Taking this to today’s Gospel, Luke shares a different yet very similar story of a man who met Jesus when he both expected to and deserved to the least. Zacchaeus, who so many of us drew as a short guy in pictures when we were in Sunday school. Indeed, the text calls him “short”, but it’s up for debate whether he was really all that vertically challenged or whether he was more diminished in stature and taken down many notches on the social totem pole. The social totem pole of Palestine, as it were, was already a vicious thing. So many were cast aside right and left for not checking the right boxes: native born, male, young but not too young, able bodied, rich, educated, with elite parentage and in good standing with the synagogue. Zacchaeus checked several of those boxes himself and helped the occupying Roman government brutally oppress those who were already very vulnerable. He was a tax collector. He shook you by your ankles to catch whatever fell from your pockets, and anything he could fleece from you that you didn’t owe Caesar he got to keep. He betrayed his friends and neighbors. He aided the enemy.

It says a lot about the wounded, justice-seeking hearts of the Judahites that they hated a man who participated in such cruelty. It challenges us to look in the mirror and admit that we, too, so often claim an elevated social status based on our perception that we have the moral high ground. Jesus certainly cares about our morals, but the thing that Zacchaeus’ neighbors got wrong that we so often misunderstand ourselves is that Divine justice does not make a high ground. It levels the terrain so we can all look one another in the eye.

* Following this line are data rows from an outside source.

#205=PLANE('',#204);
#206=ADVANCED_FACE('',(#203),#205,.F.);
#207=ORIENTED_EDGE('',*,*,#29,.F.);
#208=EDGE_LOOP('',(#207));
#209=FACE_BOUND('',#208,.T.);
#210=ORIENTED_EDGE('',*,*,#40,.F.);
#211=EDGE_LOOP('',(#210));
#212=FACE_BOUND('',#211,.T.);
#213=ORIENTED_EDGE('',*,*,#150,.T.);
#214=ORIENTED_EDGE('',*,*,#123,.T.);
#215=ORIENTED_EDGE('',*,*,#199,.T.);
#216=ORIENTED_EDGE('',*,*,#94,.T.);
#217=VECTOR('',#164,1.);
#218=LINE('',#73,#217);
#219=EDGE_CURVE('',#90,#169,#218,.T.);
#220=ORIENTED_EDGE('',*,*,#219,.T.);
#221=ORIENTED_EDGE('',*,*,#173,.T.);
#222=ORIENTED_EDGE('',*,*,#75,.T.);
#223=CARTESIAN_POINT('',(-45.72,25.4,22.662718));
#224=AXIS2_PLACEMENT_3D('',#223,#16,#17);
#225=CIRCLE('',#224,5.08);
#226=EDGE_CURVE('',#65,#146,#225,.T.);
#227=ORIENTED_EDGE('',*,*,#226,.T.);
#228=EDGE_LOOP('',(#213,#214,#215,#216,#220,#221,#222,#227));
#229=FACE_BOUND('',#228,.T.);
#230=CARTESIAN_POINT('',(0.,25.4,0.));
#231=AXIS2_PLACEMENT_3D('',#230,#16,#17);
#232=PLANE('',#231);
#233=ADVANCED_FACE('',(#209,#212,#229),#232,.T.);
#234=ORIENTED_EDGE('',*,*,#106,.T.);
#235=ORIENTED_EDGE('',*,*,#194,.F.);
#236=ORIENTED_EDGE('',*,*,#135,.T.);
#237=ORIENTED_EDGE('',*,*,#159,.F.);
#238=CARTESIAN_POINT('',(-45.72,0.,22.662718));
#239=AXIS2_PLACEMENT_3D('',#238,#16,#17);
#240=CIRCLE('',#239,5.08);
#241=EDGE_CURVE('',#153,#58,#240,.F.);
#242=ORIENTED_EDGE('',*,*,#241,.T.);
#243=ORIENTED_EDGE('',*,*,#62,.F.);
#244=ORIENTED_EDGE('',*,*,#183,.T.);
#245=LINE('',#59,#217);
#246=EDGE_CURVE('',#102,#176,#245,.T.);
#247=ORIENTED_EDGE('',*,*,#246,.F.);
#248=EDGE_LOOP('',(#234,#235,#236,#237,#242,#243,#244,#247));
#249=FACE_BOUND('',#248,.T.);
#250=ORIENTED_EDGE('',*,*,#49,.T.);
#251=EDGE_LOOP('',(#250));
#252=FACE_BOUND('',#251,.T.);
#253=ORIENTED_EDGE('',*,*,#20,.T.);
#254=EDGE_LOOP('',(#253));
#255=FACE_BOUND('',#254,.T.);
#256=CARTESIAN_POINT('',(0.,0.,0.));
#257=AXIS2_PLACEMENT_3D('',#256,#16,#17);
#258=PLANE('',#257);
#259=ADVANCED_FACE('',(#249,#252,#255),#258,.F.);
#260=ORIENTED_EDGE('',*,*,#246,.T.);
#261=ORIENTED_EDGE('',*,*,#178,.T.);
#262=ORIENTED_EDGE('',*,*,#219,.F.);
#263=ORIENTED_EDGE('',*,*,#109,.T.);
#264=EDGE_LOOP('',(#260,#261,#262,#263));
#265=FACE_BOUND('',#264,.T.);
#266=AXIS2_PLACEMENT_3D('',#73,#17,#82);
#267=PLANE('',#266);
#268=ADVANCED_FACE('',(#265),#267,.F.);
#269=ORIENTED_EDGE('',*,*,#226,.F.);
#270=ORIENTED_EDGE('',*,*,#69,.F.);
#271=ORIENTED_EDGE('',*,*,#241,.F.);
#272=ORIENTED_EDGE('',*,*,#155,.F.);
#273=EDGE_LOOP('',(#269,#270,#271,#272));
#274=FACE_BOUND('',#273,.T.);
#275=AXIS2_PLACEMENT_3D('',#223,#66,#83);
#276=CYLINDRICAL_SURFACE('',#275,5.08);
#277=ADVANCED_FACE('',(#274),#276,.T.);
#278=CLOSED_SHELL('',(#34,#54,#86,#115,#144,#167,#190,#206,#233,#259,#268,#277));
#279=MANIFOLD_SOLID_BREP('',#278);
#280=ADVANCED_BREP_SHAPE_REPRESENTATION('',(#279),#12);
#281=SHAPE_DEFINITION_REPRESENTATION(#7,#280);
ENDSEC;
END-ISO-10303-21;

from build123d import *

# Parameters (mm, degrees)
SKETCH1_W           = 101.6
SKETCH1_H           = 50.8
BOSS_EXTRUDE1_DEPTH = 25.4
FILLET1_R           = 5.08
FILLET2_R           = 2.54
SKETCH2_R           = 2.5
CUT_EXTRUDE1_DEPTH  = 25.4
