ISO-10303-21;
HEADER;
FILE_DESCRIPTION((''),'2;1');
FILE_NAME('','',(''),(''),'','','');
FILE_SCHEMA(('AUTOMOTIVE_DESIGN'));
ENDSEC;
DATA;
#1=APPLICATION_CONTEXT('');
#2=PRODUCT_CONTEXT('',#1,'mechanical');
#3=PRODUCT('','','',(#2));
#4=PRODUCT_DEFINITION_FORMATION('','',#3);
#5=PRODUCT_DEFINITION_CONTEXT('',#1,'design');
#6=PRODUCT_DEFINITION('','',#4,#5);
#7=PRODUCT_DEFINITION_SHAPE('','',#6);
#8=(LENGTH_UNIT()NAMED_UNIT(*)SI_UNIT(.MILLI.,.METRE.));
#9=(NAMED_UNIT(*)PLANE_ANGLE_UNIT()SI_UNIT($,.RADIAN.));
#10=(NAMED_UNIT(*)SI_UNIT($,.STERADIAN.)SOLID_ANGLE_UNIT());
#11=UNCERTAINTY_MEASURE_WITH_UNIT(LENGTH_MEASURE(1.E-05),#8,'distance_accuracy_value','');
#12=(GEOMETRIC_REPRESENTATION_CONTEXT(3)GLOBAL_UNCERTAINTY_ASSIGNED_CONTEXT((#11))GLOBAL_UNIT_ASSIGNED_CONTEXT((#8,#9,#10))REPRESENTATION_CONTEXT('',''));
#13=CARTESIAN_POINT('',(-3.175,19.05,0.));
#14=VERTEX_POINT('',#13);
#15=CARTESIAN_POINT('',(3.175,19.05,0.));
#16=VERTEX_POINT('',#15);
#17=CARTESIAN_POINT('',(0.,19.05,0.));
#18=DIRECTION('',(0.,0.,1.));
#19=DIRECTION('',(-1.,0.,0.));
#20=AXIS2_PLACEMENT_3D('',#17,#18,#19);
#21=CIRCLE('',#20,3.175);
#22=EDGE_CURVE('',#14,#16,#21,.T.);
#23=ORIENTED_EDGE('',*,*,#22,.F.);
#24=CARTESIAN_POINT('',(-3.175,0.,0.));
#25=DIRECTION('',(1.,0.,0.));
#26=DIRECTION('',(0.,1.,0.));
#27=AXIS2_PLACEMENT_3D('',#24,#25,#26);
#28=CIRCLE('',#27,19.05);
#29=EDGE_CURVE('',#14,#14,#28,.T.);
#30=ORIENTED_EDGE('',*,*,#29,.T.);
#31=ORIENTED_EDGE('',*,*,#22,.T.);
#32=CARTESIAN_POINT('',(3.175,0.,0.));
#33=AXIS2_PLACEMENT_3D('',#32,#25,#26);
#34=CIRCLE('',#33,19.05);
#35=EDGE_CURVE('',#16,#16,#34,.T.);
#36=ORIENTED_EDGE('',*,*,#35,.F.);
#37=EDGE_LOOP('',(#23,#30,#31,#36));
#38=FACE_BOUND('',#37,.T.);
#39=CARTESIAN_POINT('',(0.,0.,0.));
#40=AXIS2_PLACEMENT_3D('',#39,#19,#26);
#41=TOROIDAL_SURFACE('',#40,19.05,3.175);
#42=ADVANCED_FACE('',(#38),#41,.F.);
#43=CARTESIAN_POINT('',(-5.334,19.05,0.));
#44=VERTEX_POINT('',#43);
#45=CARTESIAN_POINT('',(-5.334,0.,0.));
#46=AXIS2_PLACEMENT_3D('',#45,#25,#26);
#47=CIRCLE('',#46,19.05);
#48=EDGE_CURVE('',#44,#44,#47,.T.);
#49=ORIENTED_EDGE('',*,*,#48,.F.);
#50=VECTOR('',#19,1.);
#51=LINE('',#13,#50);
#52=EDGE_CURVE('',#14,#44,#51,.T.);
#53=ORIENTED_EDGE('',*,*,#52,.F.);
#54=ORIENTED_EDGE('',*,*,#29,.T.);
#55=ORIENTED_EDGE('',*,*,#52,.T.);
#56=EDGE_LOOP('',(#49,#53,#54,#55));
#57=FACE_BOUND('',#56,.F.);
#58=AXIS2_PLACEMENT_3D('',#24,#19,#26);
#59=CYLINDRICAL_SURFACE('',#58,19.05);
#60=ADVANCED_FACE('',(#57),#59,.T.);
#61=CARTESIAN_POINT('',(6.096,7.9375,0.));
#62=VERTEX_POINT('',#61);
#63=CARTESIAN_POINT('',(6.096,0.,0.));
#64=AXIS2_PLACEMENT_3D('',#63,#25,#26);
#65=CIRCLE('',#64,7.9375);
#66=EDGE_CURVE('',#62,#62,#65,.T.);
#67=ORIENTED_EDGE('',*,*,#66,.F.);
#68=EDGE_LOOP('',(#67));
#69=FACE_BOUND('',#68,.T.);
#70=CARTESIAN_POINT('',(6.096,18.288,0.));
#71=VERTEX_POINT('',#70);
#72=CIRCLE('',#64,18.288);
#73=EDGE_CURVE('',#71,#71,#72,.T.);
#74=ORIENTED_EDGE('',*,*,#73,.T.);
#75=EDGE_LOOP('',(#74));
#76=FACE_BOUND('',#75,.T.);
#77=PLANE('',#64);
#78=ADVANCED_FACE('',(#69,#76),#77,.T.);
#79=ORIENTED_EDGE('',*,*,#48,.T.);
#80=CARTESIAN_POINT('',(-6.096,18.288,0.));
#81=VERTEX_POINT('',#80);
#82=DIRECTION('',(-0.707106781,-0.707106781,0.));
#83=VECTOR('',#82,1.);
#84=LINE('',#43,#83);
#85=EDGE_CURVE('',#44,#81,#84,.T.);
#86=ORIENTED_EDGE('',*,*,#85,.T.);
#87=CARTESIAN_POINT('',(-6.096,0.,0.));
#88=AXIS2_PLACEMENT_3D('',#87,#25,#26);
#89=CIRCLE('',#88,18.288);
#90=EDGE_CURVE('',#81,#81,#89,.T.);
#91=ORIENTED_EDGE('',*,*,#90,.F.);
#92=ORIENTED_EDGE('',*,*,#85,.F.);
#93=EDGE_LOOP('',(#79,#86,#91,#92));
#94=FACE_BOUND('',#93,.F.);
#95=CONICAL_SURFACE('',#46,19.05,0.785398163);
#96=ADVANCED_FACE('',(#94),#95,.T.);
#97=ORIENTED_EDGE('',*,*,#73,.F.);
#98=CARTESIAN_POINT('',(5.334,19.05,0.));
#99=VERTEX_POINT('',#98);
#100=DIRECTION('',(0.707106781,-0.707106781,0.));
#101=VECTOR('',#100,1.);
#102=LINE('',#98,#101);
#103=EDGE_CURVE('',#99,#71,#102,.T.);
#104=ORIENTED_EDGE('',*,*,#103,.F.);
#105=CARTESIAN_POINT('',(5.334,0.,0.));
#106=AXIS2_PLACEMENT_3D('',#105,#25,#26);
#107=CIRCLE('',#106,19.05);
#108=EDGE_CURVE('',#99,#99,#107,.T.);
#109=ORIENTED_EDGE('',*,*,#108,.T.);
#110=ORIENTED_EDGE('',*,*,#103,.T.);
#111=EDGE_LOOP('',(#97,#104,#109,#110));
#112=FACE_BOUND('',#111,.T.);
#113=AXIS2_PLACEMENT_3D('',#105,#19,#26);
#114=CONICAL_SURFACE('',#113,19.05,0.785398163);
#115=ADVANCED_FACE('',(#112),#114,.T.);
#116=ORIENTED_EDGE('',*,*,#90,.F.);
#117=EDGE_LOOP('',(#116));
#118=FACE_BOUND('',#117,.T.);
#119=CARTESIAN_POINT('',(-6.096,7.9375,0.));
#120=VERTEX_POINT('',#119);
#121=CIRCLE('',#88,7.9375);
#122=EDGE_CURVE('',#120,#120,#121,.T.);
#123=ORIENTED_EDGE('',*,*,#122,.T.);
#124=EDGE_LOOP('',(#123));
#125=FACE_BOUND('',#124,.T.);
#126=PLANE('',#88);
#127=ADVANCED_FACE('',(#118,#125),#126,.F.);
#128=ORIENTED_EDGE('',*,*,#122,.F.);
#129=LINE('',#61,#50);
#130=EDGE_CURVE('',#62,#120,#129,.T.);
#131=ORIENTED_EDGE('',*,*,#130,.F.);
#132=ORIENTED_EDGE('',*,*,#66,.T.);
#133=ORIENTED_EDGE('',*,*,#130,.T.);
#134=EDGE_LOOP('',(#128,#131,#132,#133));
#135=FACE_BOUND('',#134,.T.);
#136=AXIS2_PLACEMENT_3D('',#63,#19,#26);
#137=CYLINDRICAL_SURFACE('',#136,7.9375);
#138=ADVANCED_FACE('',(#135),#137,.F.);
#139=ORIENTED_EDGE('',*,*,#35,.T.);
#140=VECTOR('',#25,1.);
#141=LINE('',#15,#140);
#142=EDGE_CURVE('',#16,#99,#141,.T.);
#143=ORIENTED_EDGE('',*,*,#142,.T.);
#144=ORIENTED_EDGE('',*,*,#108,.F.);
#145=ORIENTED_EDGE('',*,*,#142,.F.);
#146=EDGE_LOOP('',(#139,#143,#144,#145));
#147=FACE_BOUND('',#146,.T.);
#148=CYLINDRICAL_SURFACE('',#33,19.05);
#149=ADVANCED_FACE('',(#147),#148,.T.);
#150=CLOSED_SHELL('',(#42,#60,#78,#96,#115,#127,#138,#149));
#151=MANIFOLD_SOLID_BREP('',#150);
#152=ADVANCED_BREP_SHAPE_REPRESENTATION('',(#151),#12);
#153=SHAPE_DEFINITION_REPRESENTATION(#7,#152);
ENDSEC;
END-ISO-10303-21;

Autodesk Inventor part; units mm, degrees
ref_plane "YZ Plane" through (0, 0, 0) normal (1, 0, 0) x (0, 1, 0)
ref_plane "XZ Plane" through (0, 0, 0) normal (0, 1, 0) x (-1, 0, 0)
ref_plane "XY Plane" through (0, 0, 0) normal (0, 0, 1) x (1, 0, 0)
sketch "Sketch1" plane through (0, 0, 0) normal (0, 0, 1) x (1, 0, 0)
  line L0 (0, 0) -> (0, 13.9169) construction
  arc A0 (-3.175, 19.05) -> (3.175, 19.05) centre (0, 19.05) ccw
  line L1 (-3.175, 19.05) -> (-5.334, 19.05)
  line L2 (3.175, 19.05) -> (5.334, 19.05)
  line L3 (6.096, 18.288) -> (6.096, 7.9375)
  line L4 (6.096, 7.9375) -> (-6.096, 7.9375)
  line L5 (-6.096, 7.9375) -> (-6.096, 18.288)
  line L6 (0, 0) -> (7.2482, 0) construction
  line L7 (-5.334, 19.05) -> (-6.096, 18.288)
  line L8 (5.334, 19.05) -> (6.096, 18.288)
  point P0 (-6.096, 19.05)
  point P1 (6.096, 19.05)
  dimension "d0" = 6.35
  dimension "d1" = 15.875
  dimension "d2" = 38.1
  dimension "d3" = 12.192
  dimension "d4" = 0.762
  dimension "d5" = 0.762
  dimension "d6" = 0.762
  dimension "d7" = 0.762
revolve "Revolution1" add sketch "Sketch1" angle 360 about axis through (0, 0, 0) along (1, 0, 0)
equation "\"d5\" = d4"
equation "\"d6\" = d4"
equation "\"d7\" = d6"
properties part number "Custom Cascade Bearing Pulley" material "Aluminum"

This leveling is exactly what Jesus invites Zacchaeus to initiate. Because of his “short stature”, Zacchaeus decided his best chance at seeing Jesus would come from climbing a tree so the crowds wouldn’t block his view. Of course, he could have just ducked and weaved his way to the front…but then everyone would see him. Hiding in a tree, Zacchaeus could catch a glimpse of Jesus, and then sneak away unnoticed.

But Jesus isn’t into sneaking around. He knows that true, restorative healing comes from confronting exactly that which wounded us. So he calls Zacchaeus out in front of everyone, and invites himself over to Zacchaeus’ house. He knew something important about Zacchaeus: he was ready to face Christ. Zacchaeus publicly declares he will make quadruple restitution to those whom he defrauded and commits himself to the way of Jesus.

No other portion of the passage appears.